Sonreí pensando que la escena era casi demasiado perfecta para ser real, pero después de reflexionar, me pareció lógico que mi mejor amigo, Oscar, hijo de padres inmigrantes que llevaban una tienda de delicatesen en Boston, buscase un fragmento del mítico ideal americano. A medida que el tráfico empezó a moverse de nuevo, fui captando algún atisbo de casas de estilo colonial y listones muy cuidadas, con vallas de madera blancas en las calles laterales, a izquierda y derecha. Heatherington era realmente pintoresco, tenía que reconocerlo, y como siguiendo una indicación, de repente las nubes que cubrían el cielo se apartaron, dejando paso a un cielo de un azul tan intenso que me obligó a entrecerrar los ojos.

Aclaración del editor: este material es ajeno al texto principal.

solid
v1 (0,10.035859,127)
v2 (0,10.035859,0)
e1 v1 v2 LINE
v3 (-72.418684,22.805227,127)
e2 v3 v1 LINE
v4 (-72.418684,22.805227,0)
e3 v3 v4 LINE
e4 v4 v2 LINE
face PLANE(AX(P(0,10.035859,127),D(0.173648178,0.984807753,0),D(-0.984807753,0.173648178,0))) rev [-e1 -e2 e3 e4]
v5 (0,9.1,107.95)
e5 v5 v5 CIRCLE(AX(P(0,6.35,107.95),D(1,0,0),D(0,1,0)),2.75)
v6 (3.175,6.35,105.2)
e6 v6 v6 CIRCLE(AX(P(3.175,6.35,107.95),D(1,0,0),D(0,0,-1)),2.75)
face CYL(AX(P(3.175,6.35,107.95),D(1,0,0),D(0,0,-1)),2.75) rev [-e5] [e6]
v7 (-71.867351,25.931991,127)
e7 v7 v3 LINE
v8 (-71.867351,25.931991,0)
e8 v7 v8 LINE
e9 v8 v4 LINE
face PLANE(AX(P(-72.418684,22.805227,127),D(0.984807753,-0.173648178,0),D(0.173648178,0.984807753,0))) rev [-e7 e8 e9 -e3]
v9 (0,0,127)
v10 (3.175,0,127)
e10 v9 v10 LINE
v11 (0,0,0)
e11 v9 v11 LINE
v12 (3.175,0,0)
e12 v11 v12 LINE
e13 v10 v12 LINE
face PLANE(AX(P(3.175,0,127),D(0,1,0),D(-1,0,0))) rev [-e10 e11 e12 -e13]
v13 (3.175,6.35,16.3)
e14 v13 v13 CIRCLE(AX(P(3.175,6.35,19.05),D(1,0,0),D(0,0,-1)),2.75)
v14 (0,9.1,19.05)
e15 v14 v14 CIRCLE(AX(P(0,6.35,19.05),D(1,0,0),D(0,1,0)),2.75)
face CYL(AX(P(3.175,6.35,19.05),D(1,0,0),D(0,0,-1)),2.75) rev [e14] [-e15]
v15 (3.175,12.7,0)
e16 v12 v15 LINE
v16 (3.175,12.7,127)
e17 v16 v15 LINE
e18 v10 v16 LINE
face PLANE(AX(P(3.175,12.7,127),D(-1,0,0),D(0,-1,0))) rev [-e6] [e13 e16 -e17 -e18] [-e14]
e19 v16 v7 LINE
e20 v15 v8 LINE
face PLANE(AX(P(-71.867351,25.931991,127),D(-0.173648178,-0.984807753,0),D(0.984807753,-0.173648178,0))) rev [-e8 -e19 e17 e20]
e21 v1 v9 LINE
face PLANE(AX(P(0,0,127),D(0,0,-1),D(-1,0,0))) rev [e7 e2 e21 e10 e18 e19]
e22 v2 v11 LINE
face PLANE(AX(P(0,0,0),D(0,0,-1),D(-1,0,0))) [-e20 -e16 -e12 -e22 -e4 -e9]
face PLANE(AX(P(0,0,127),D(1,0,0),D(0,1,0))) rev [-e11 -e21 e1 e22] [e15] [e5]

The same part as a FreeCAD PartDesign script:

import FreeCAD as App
import Part
import Sketcher

V = App.Vector
Q = App.Units.Quantity


def add_polygon(sketch, points):
    """Adds a closed chain of lines whose ends are joined by coincident constraints."""
    first, n = sketch.GeometryCount, len(points)
    for a, b in zip(points, points[1:] + points[:1]):
        sketch.addGeometry(Part.LineSegment(App.Vector(*a, 0), App.Vector(*b, 0)), False)
    for i in range(n):
        sketch.addConstraint(Sketcher.Constraint("Coincident", first + i, 2, first + (i + 1) % n, 1))

doc = App.newDocument("Part")
body = doc.addObject("PartDesign::Body", "Body")

sketch1 = body.newObject("Sketcher::SketchObject", "Sketch")
sketch1.AttachmentSupport = (doc.getObject("XY_Plane"), [""])
sketch1.MapMode = "FlatFace"
add_polygon(sketch1, [(0, 10.035859), (0, 0), (3.175, 0), (3.175, 12.7), (-71.867351, 25.931991), (-72.418684, 22.805227)])
sketch1.addConstraint([
    Sketcher.Constraint("Vertical", 0),
    Sketcher.Constraint("Horizontal", 1),
    Sketcher.Constraint("Vertical", 2),
    Sketcher.Constraint("Coincident", 0, 2, -1, 1),
    Sketcher.Constraint("Perpendicular", 3, 4),
    Sketcher.Constraint("Perpendicular", 4, 5),
    Sketcher.Constraint("Distance", 3, Q("3 in")),
    Sketcher.Constraint("DistanceY", 2, 1, 2, 2, Q("0.5 in")),
    Sketcher.Constraint("Angle", 3, Q("170 deg")),
    Sketcher.Constraint("DistanceX", 1, 1, 1, 2, Q("0.125 in")),
    Sketcher.Constraint("Distance", 4, Q("0.125 in")),
])
pad1 = body.newObject("PartDesign::Pad", "Pad")
pad1.Profile = sketch1
pad1.Length = Q("5 in")

sketch2 = body.newObject("Sketcher::SketchObject", "Sketch001")
sketch2.AttachmentSupport = (doc.getObject("YZ_Plane"), [""])
sketch2.MapMode = "FlatFace"
sketch2.AttachmentOffset = App.Placement(V(0, 0, 0.125 * 25.4), App.Rotation())
sketch2.addGeometry([
    Part.Circle(V(6.35, 107.95, 0), V(0, 0, 1), 2.75),
    Part.Circle(V(6.35, 19.05, 0), V(0, 0, 1), 2.75),
], False)
sketch2.addConstraint([
    Sketcher.Constraint("Equal", 0, 1),
    Sketcher.Constraint("Vertical", 0, 3, 1, 3),
    Sketcher.Constraint("DistanceY", 1, 3, 0, 3, Q("3.5 in")),
    Sketcher.Constraint("Diameter", 0, 5.5),
    Sketcher.Constraint("DistanceX", -1, 1, 0, 3, Q("0.25 in")),
    Sketcher.Constraint("DistanceY", -1, 1, 0, 3, Q("4.25 in")),
])
doc.recompute()
hole = body.newObject("PartDesign::Hole", "Hole")
hole.Profile = sketch2
hole.ThreadType = "None"
hole.Diameter = 5.5
hole.DepthType = "ThroughAll"

doc.recompute()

Era lunes, el típico inicio de una nueva semana de trabajo, y yo estaba en el pueblo para ayudar a Oscar y su mujer, Lorena, a diseñar y construir su casa de vacaciones, aunque hasta el momento solo había visto fotos del terreno que habían comprado. Yo quería que me contaran lo que tenían pensado, y aquel día sería nuestra primera conversación real sobre el proyecto. Siguiendo las indicaciones que me habían dado y manteniendo los ojos clavados en el GPS, giré por Pleasant Street y me dirigí hacia el lugar de su futura casa, donde habíamos planeado reunirnos. A las afueras del pueblo pasé por un recinto ferial muy extenso con unos escenarios en diversos estadios de montaje. Unos camiones polvorientos llenaban el aparcamiento de grava, y en la distancia se veía a los trabajadores en pleno trajín. Era como una colmena llena de actividad, donde se llevaban a cabo frenéticos preparativos para el inminente Festival de Máscaras y Música el fin de semana del Día de los Caídos, a final de mes. Había oído hablar del festival mientras intentaba conseguir un lugar donde alojarme, cosa que no logré: al final tuve que pedir ayuda a Oscar para encontrarlo. Al parecer, cuarenta o cincuenta grupos musicales estaban desembarcando en el pueblo para el largo fin de semana, y se esperaba que asistieran nada menos que veinte mil personas. Cuando pregunté por el tipo de música que habría, Oscar se limitó a bufar:

—¡Y yo qué sé! Probablemente será música rara de la generación Z.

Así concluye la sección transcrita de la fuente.